Problem Cause Solution
Browser indicates “too many redirects” Cookies are out of date Clear your browser’s cookies and cache, then try again.
supervisorctl error: “unix:////opt/wakari/wakari-server/etc/supervisor.sock no such file” “supervisord” is not running on the Server Ensure that supervisord is included in the crontab, as described above. Then start supervisord manually.
Data Center Not Found message when deleting a project Datacenter has already been removed As root, run /opt/wakari/wakari-server/bin/wk-server-admin remove-project --db-only <user> <project>
Forgotten administrator password   Use ssh to log in to the server as root, and run the command /opt/wakari/wakari-server/bin/wk-server-admin add-user wakari --admin -p <new password> -e <your email>. You can then log in to Anaconda Enterprise Notebooks as the wakari user with the new password you chose.

Logs

The locations of the Anaconda Enterprise Notebooks log files for each process and application are shown in the tables above.

The Anaconda Enterprise Notebooks installers log in to /tmp/wakari_{server,gateway,compute}.log.

If log files grow too large they can be deleted.

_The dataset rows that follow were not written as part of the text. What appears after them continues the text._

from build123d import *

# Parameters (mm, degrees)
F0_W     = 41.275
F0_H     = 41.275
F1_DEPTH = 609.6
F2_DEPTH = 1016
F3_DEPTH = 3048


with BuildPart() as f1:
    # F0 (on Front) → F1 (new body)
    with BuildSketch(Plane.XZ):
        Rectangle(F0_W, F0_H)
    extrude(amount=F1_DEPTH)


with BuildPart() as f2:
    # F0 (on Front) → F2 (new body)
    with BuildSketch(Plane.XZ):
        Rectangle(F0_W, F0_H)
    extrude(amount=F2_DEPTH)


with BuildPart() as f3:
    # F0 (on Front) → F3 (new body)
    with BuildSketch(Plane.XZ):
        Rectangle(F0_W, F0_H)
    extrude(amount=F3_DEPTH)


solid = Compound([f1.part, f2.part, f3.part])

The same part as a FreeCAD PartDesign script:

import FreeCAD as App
import Part
import Sketcher
Q = App.Units.Quantity

doc = App.newDocument("Part")
body = doc.addObject("PartDesign::Body", "Body")

# Sketch on XZ plane
sketch1 = body.newObject("Sketcher::SketchObject", "Sketch")
sketch1.AttachmentSupport = (doc.getObject("XZ_Plane"), [""])
sketch1.MapMode = "FlatFace"
sketch1.addGeometry([
    Part.LineSegment(App.Vector(-21, 21, 0), App.Vector(-21, -21, 0)),
    Part.LineSegment(App.Vector(-21, -21, 0), App.Vector(21, -21, 0)),
    Part.LineSegment(App.Vector(21, -21, 0), App.Vector(21, 21, 0)),
    Part.LineSegment(App.Vector(21, 21, 0), App.Vector(-21, 21, 0)),
], False)
sketch1.addConstraint([
    Sketcher.Constraint("Coincident", 0, 2, 1, 1),
    Sketcher.Constraint("Coincident", 1, 2, 2, 1),
    Sketcher.Constraint("Coincident", 2, 2, 3, 1),
    Sketcher.Constraint("Coincident", 3, 2, 0, 1),
    Sketcher.Constraint("Vertical", 0),
    Sketcher.Constraint("Horizontal", 1),
    Sketcher.Constraint("Vertical", 2),
    Sketcher.Constraint("Horizontal", 3),
    Sketcher.Constraint("Symmetric", 0, 2, 2, 2, -1, 1),
    Sketcher.Constraint("Equal", 3, 0),
    Sketcher.Constraint("DistanceX", 1, 1, 1, 2, Q("1.625 in")),
])
pad1 = body.newObject("PartDesign::Pad", "Pad")
pad1.Profile = sketch1
pad1.Length = Q("24 in")
body2 = doc.addObject("PartDesign::Body", "Body001")

# Sketch on XZ plane
sketch2 = body2.newObject("Sketcher::SketchObject", "Sketch001")
sketch2.AttachmentSupport = (doc.getObject("XZ_Plane001"), [""])
sketch2.MapMode = "FlatFace"
sketch2.addGeometry([
    Part.LineSegment(App.Vector(-21, 21, 0), App.Vector(-21, -21, 0)),
    Part.LineSegment(App.Vector(-21, -21, 0), App.Vector(21, -21, 0)),
    Part.LineSegment(App.Vector(21, -21, 0), App.Vector(21, 21, 0)),
    Part.LineSegment(App.Vector(21, 21, 0), App.Vector(-21, 21, 0)),
], False)
sketch2.addConstraint([
    Sketcher.Constraint("Coincident", 0, 2, 1, 1),
    Sketcher.Constraint("Coincident", 1, 2, 2, 1),
    Sketcher.Constraint("Coincident", 2, 2, 3, 1),
    Sketcher.Constraint("Coincident", 3, 2, 0, 1),
    Sketcher.Constraint("Vertical", 0),
    Sketcher.Constraint("Horizontal", 1),
    Sketcher.Constraint("Vertical", 2),
    Sketcher.Constraint("Horizontal", 3),
    Sketcher.Constraint("Symmetric", 0, 2, 2, 2, -1, 1),
    Sketcher.Constraint("Equal", 3, 0),
    Sketcher.Constraint("DistanceX", 1, 1, 1, 2, Q("1.625 in")),
])
pad2 = body2.newObject("PartDesign::Pad", "Pad001")
pad2.Profile = sketch2
pad2.Length = Q("40 in")
body3 = doc.addObject("PartDesign::Body", "Body002")

# Sketch on XZ plane
sketch3 = body3.newObject("Sketcher::SketchObject", "Sketch002")
sketch3.AttachmentSupport = (doc.getObject("XZ_Plane002"), [""])
sketch3.MapMode = "FlatFace"
sketch3.addGeometry([
    Part.LineSegment(App.Vector(-21, 21, 0), App.Vector(-21, -21, 0)),
    Part.LineSegment(App.Vector(-21, -21, 0), App.Vector(21, -21, 0)),
    Part.LineSegment(App.Vector(21, -21, 0), App.Vector(21, 21, 0)),
    Part.LineSegment(App.Vector(21, 21, 0), App.Vector(-21, 21, 0)),
], False)
sketch3.addConstraint([
    Sketcher.Constraint("Coincident", 0, 2, 1, 1),
    Sketcher.Constraint("Coincident", 1, 2, 2, 1),
    Sketcher.Constraint("Coincident", 2, 2, 3, 1),
    Sketcher.Constraint("Coincident", 3, 2, 0, 1),
    Sketcher.Constraint("Vertical", 0),
    Sketcher.Constraint("Horizontal", 1),
    Sketcher.Constraint("Vertical", 2),
    Sketcher.Constraint("Horizontal", 3),
    Sketcher.Constraint("Symmetric", 0, 2, 2, 2, -1, 1),
    Sketcher.Constraint("Equal", 3, 0),
    Sketcher.Constraint("DistanceX", 1, 1, 1, 2, Q("1.625 in")),
])
pad3 = body3.newObject("PartDesign::Pad", "Pad002")
pad3.Profile = sketch3
pad3.Length = Q("120 in")

doc.recompute()
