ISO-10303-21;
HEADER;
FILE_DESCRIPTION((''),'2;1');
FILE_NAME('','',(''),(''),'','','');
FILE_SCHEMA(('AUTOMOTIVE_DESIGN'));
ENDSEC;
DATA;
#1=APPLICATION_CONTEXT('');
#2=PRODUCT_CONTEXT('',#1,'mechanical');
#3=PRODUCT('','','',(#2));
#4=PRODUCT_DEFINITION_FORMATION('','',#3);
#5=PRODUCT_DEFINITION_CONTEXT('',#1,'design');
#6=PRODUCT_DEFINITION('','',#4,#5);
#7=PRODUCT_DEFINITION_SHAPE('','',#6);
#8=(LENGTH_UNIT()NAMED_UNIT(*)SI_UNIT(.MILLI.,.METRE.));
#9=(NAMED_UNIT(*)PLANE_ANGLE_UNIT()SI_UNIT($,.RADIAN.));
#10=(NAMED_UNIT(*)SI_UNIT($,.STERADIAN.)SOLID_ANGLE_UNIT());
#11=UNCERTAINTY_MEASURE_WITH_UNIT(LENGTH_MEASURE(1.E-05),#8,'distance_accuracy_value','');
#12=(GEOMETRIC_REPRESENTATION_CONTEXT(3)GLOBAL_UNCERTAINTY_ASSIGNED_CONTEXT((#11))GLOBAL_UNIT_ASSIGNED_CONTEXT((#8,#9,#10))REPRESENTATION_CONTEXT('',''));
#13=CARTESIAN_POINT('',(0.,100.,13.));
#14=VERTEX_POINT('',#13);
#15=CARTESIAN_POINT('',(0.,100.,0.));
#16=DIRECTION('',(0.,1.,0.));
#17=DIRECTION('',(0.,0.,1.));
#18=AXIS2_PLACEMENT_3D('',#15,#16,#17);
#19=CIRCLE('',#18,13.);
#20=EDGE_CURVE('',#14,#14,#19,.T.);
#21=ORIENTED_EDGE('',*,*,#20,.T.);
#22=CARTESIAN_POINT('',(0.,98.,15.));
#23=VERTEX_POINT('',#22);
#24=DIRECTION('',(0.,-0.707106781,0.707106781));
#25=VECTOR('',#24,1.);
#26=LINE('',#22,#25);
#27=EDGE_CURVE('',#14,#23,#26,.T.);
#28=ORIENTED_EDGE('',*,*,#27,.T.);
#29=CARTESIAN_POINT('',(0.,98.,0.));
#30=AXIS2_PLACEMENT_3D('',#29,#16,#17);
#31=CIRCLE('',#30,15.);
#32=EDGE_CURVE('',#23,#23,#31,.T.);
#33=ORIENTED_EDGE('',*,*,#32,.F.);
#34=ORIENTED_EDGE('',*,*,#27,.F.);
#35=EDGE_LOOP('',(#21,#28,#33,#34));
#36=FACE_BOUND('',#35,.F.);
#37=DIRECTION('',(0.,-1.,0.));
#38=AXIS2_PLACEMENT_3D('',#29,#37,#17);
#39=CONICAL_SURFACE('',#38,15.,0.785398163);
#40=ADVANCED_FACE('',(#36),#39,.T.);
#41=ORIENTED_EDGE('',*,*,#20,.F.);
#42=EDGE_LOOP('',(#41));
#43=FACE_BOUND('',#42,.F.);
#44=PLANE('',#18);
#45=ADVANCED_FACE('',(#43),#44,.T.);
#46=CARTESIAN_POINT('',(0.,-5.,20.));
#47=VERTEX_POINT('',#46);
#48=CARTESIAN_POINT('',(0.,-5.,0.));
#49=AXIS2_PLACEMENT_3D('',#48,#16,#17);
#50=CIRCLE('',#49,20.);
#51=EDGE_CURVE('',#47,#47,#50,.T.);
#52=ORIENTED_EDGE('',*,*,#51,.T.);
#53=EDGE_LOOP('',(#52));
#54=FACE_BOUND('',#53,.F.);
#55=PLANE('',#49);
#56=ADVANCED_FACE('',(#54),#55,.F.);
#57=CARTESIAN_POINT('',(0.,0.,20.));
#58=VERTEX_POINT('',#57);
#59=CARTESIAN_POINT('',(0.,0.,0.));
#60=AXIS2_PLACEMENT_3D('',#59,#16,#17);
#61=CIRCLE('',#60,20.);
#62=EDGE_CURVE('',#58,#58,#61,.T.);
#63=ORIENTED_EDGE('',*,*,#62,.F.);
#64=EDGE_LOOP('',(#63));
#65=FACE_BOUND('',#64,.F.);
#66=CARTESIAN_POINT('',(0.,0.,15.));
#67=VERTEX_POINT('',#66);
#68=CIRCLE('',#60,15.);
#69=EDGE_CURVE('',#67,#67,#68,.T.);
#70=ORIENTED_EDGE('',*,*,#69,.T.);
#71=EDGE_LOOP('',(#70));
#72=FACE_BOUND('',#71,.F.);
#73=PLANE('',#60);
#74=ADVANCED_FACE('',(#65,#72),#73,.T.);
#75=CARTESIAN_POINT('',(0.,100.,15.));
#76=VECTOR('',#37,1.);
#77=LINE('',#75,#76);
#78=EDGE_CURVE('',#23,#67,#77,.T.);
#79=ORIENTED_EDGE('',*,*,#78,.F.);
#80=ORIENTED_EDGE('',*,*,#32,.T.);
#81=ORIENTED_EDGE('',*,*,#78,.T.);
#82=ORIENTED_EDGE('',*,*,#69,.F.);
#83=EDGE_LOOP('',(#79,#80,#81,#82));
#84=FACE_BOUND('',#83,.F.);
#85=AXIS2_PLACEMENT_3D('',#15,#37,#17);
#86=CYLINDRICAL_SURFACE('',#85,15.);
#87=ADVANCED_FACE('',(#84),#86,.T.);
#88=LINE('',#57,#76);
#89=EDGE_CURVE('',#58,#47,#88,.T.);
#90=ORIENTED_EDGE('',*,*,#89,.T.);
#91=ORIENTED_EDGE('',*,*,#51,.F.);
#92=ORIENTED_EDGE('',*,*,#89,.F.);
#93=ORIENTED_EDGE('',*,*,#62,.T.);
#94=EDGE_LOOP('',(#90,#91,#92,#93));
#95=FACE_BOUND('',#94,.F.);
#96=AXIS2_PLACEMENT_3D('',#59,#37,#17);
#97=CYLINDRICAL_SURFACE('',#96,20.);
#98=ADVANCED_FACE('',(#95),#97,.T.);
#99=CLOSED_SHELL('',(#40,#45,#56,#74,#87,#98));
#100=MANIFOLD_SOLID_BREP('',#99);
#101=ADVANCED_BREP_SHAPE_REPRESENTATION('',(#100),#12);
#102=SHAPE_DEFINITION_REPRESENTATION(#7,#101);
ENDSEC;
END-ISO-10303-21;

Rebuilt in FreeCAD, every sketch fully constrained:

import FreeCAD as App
import Part
import Sketcher
Q = App.Units.Quantity


def edges_at(feature, points):
    """Names of the edges that pass closest to the given points."""
    edges = feature.Shape.Edges
    near = lambda p: min(range(len(edges)), key=lambda i: edges[i].distToShape(Part.Vertex(*p))[0])
    return sorted({f"Edge{near(p) + 1}" for p in points})


def add_polygon(sketch, points):
    """Adds a closed chain of lines whose ends are joined by coincident constraints."""
    first, n = sketch.GeometryCount, len(points)
    for a, b in zip(points, points[1:] + points[:1]):
        sketch.addGeometry(Part.LineSegment(App.Vector(*a, 0), App.Vector(*b, 0)), False)
    for i in range(n):
        sketch.addConstraint(Sketcher.Constraint("Coincident", first + i, 2, first + (i + 1) % n, 1))

doc = App.newDocument("Part")
body = doc.addObject("PartDesign::Body", "Body")

sketch1 = body.newObject("Sketcher::SketchObject", "Sketch")
sketch1.AttachmentSupport = (doc.getObject("YZ_Plane"), [""])
sketch1.MapMode = "FlatFace"
add_polygon(sketch1, [(-5, 20), (-5, 0), (100, 0), (100, 15), (0, 15), (0, 20)])
sketch1.addConstraint(Sketcher.Constraint("Vertical", 0))
sketch1.addConstraint(Sketcher.Constraint("Horizontal", 1))
sketch1.addConstraint(Sketcher.Constraint("Vertical", 2))
sketch1.addConstraint(Sketcher.Constraint("Horizontal", 3))
sketch1.addConstraint(Sketcher.Constraint("Vertical", 4))
sketch1.addConstraint(Sketcher.Constraint("Horizontal", 5))
sketch1.addConstraint(Sketcher.Constraint("PointOnObject", 0, 2, -1))
sketch1.addConstraint(Sketcher.Constraint("PointOnObject", 3, 2, -2))
sketch1.addConstraint(Sketcher.Constraint("Equal", 5, 4))
sketch1.addConstraint(Sketcher.Constraint("DistanceX", 1, 1, 1, 2, Q("105 mm")))
sketch1.addConstraint(Sketcher.Constraint("DistanceX", 3, 2, 3, 1, Q("100 mm")))
sketch1.addConstraint(Sketcher.Constraint("DistanceY", 0, 2, 0, 1, Q("20 mm")))
revolution = body.newObject("PartDesign::Revolution", "Revolution")
revolution.Profile = sketch1
revolution.ReferenceAxis = (sketch1, ["H_Axis"])
revolution.Angle = 360
doc.recompute()

chamfer = body.newObject("PartDesign::Chamfer", "Chamfer")
chamfer.Base = (revolution, edges_at(revolution, [(0, 100, -15)]))
chamfer.Size = 2

doc.recompute()
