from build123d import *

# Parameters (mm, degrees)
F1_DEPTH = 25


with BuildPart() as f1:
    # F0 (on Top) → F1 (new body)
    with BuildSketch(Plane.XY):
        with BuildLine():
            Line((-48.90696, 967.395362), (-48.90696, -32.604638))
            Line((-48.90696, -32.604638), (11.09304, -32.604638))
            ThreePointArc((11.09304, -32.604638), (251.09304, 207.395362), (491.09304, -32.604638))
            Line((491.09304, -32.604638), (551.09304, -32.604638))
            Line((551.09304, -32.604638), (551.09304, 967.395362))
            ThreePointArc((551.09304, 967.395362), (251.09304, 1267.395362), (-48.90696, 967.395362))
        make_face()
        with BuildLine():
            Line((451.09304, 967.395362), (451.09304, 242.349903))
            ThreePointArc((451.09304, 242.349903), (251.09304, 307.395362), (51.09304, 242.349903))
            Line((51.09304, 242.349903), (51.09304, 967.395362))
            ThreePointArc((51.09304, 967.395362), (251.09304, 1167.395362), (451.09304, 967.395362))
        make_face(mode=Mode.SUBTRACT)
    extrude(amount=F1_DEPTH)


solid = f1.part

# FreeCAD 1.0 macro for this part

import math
import FreeCAD as App
import Part
import Sketcher

V = App.Vector

doc = App.newDocument("Part")
params = doc.addObject("Spreadsheet::Sheet", "Params")
for row, (alias, value) in enumerate([
    ("sketch1_radius", "240 mm"),
    ("sketch1_radius2", "300 mm"),
    ("sketch1_radius3", "200 mm"),
    ("sketch1_height", "1000 mm"),
    ("pad1_length", "25 mm"),
], start=1):
    params.set(f"A{row}", alias)
    params.set(f"B{row}", "=" + value)
    params.setAlias(f"B{row}", alias)

body = doc.addObject("PartDesign::Body", "Body")

# Sketch on XY plane
sketch1 = body.newObject("Sketcher::SketchObject", "Sketch")
sketch1.AttachmentSupport = (doc.getObject("XY_Plane"), [""])
sketch1.MapMode = "FlatFace"
sketch1.addGeometry([
    Part.LineSegment(V(-49, 967, 0), V(-49, -33, 0)),  # 0
    Part.LineSegment(V(-49, -33, 0), V(11, -33, 0)),  # 1
    Part.ArcOfCircle(Part.Circle(V(251, -33, 0), V(0, 0, 1), 240), math.radians(0), math.radians(180)),  # 2
    Part.LineSegment(V(491, -33, 0), V(551, -33, 0)),  # 3
    Part.LineSegment(V(551, -33, 0), V(551, 967, 0)),  # 4
    Part.ArcOfCircle(Part.Circle(V(251, 967, 0), V(0, 0, 1), 300), math.radians(0), math.radians(180)),  # 5
    Part.ArcOfCircle(Part.Circle(V(251, 967, 0), V(0, 0, 1), 200), math.radians(0), math.radians(180)),  # 6
    Part.LineSegment(V(451, 967, 0), V(451, 242, 0)),  # 7
    Part.ArcOfCircle(Part.Circle(V(251, -33, 0), V(0, 0, 1), 340), math.radians(54), math.radians(126)),  # 8
    Part.LineSegment(V(51, 242, 0), V(51, 967, 0)),  # 9
], False)
sketch1.addConstraint([
    Sketcher.Constraint("Coincident", 0, 2, 1, 1),
    Sketcher.Constraint("Coincident", 1, 2, 2, 2),
    Sketcher.Constraint("Coincident", 2, 1, 3, 1),
    Sketcher.Constraint("Coincident", 3, 2, 4, 1),
    Sketcher.Constraint("Tangent", 4, 2, 5, 1),
    Sketcher.Constraint("Tangent", 5, 2, 0, 1),
    Sketcher.Constraint("Tangent", 6, 1, 7, 1),
    Sketcher.Constraint("Coincident", 7, 2, 8, 1),
    Sketcher.Constraint("Coincident", 8, 2, 9, 1),
    Sketcher.Constraint("Tangent", 9, 2, 6, 2),
    Sketcher.Constraint("Vertical", 0),
    Sketcher.Constraint("Horizontal", 1),
    Sketcher.Constraint("Horizontal", 3),
    Sketcher.Constraint("Vertical", 4),
    Sketcher.Constraint("Vertical", 7),
    Sketcher.Constraint("Vertical", 9),
    Sketcher.Constraint("Coincident", 6, 3, 5, 3),
    Sketcher.Constraint("Coincident", 8, 3, 2, 3),
    Sketcher.Constraint("Horizontal", 2, 3, 0, 2),
    Sketcher.Constraint("Horizontal", 1, 2, 2, 1),
    Sketcher.Constraint("Horizontal", 7, 2, 8, 2),
    Sketcher.Constraint("Radius", 2, 240.0),
    Sketcher.Constraint("Radius", 5, 300.0),
    Sketcher.Constraint("Radius", 6, 200.0),
    Sketcher.Constraint("DistanceY", 0, 2, 0, 1, 1000.0),
    Sketcher.Constraint("Radius", 8, 339.999997),
    Sketcher.Constraint("DistanceX", -1, 1, 2, 3, 251.09304),
    Sketcher.Constraint("DistanceY", -1, 1, 5, 3, 967.395362),
])
sketch1.setExpression("Constraints[21]", "Params.sketch1_radius")
sketch1.setExpression("Constraints[22]", "Params.sketch1_radius2")
sketch1.setExpression("Constraints[23]", "Params.sketch1_radius3")
sketch1.setExpression("Constraints[24]", "Params.sketch1_height")
pad1 = body.newObject("PartDesign::Pad", "Pad")
pad1.Profile = sketch1
pad1.setExpression("Length", "Params.pad1_length")

doc.recompute()
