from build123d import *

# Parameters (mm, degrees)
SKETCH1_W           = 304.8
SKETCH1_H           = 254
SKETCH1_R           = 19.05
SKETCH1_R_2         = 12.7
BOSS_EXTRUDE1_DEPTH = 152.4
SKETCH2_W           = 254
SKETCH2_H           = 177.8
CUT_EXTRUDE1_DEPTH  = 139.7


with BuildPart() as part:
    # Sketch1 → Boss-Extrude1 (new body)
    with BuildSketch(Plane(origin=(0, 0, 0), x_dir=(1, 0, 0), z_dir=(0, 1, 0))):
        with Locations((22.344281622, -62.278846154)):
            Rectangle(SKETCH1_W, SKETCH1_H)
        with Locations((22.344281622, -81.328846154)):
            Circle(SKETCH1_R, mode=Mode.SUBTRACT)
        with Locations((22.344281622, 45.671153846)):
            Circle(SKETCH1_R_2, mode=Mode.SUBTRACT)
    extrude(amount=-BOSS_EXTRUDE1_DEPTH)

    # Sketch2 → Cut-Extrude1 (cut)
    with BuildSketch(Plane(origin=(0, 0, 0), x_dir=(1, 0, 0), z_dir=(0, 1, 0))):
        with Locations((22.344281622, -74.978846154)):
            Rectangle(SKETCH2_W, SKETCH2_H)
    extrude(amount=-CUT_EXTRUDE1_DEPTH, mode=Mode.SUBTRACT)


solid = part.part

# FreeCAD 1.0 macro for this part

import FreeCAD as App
import Part
import Sketcher
from FreeCAD import Vector
Q = App.Units.Quantity


def add_polygon(sketch, points):
    """Adds a closed chain of lines whose ends are joined by coincident constraints."""
    first, n = sketch.GeometryCount, len(points)
    for a, b in zip(points, points[1:] + points[:1]):
        sketch.addGeometry(Part.LineSegment(App.Vector(*a, 0), App.Vector(*b, 0)), False)
    for i in range(n):
        sketch.addConstraint(Sketcher.Constraint("Coincident", first + i, 2, first + (i + 1) % n, 1))

doc = App.newDocument("Part")
body = doc.addObject("PartDesign::Body", "Body")

# Sketch on XZ plane
sketch1 = body.newObject("Sketcher::SketchObject", "Sketch")
sketch1.AttachmentSupport = (doc.getObject("XZ_Plane"), [""])
sketch1.MapMode = "FlatFace"
add_polygon(sketch1, [(-130.055718, -64.721154), (-130.055718, 189.278846), (174.744282, 189.278846), (174.744282, -64.721154)])  # lines 0-3
sketch1.addGeometry(Part.Circle(Vector(22.344282, 81.328846, 0), Vector(0, 0, 1), 19.05), False)  # 4
sketch1.addGeometry(Part.Circle(Vector(22.344282, -45.671154, 0), Vector(0, 0, 1), 12.7), False)  # 5
sketch1.addConstraint([
    Sketcher.Constraint("Vertical", 0),
    Sketcher.Constraint("Horizontal", 1),
    Sketcher.Constraint("Vertical", 2),
    Sketcher.Constraint("Horizontal", 3),
    Sketcher.Constraint("Vertical", 4, 3, 5, 3),
    Sketcher.Constraint("Diameter", 5, Q("1 in")),
    Sketcher.Constraint("Diameter", 4, Q("1.5 in")),
    Sketcher.Constraint("DistanceX", 1, 1, 1, 2, Q("12 in")),
    Sketcher.Constraint("DistanceY", 0, 1, 0, 2, Q("10 in")),
    Sketcher.Constraint("DistanceY", 5, 3, 4, 3, Q("5 in")),
    Sketcher.Constraint("DistanceX", 0, 2, 4, 3, Q("6 in")),
    Sketcher.Constraint("DistanceY", 4, 3, 0, 2, Q("4.25 in")),
    Sketcher.Constraint("DistanceX", -1, 1, 4, 3, 22.344282),
    Sketcher.Constraint("DistanceY", -1, 1, 4, 3, 81.328846),
])
pad1 = body.newObject("PartDesign::Pad", "Pad")
pad1.Profile = sketch1
pad1.Length = Q("6 in")

# Sketch on XZ plane
sketch2 = body.newObject("Sketcher::SketchObject", "Sketch001")
sketch2.AttachmentSupport = (doc.getObject("XZ_Plane"), [""])
sketch2.MapMode = "FlatFace"
add_polygon(sketch2, [(-104.655718, -13.921154), (-104.655718, 163.878846), (149.344282, 163.878846), (149.344282, -13.921154)])  # lines 0-3
sketch2.addConstraint([
    Sketcher.Constraint("Vertical", 0),
    Sketcher.Constraint("Horizontal", 1),
    Sketcher.Constraint("Vertical", 2),
    Sketcher.Constraint("Horizontal", 3),
    Sketcher.Constraint("DistanceX", 1, 1, 1, 2, Q("10 in")),
    Sketcher.Constraint("DistanceY", 0, 1, 0, 2, Q("7 in")),
    Sketcher.Constraint("DistanceX", 0, 2, -1, 1, 104.655718),
    Sketcher.Constraint("DistanceY", -1, 1, 0, 2, 163.878846),
])
pocket1 = body.newObject("PartDesign::Pocket", "Pocket")
pocket1.Profile = sketch2
pocket1.Length = Q("5.5 in")
pocket1.Reversed = True

doc.recompute()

To set the logs to be more or less verbose, the Jupyter Notebook system has a setting ‘Application.log_level’. Setting ‘Application.log_level’ to ‘ERROR’ will make the logs less verbose than the default but still fairly informative.

Killed supervisord and “Error: This socket is closed.”

When the supervisor daemon “supervisord” is killed, information sent to standard output “stdout” and standard error “stderr” is held in a pipe which eventually fills up. Then attempting to start any app fails with an error message saying “This socket is closed.”

To prevent this problem, always shut down and restart the processes cleanly and do not shut down or kill supervisord without first shutting down wk-compute and other processes that use it.

To recover from this problem, shut down the process “wk-compute” with sudo kill -9. Then restart the supervisord and wk-compute processes:

sudo /etc/init.d/wakari-compute stop
sudo /etc/init.d/wakari-compute start

Service Error 502: Can not connect to the application manager

When a gateway node shows this error it means that a compute resource is not responding.

This error is caused when the process “wk-compute” has been shut down. To recover from this problem, restart the supervisord and wk-compute processes:

sudo /etc/init.d/wakari-compute stop
sudo /etc/init.d/wakari-compute start

“502 Communication Error” on Amazon Web Services

If you see a page showing “502 Communication Error: This gateway could not communicate with the Wakari server” and the IP address of the Wakari server, configure the AEN gateway to use the DNS hostname of the server. On Amazon Web Services (AWS) this will be the DNS hostname of the Amazon Elastic Compute Cloud (EC2) instance.

Invalid usernames

The first character of a username must be a letter [a-z] or a digit [0-9].

Each other character in a username may be a letter [a-z], a digit [0-9], a period [.], an underscore [_], or a hyphen [-].

The POSIX standard specifies that these characters are the portable filename character set, and that portable usernames have the same character set.

An Anaconda Enterprise Notebooks username should be at least 3 characters and no more than 25 characters.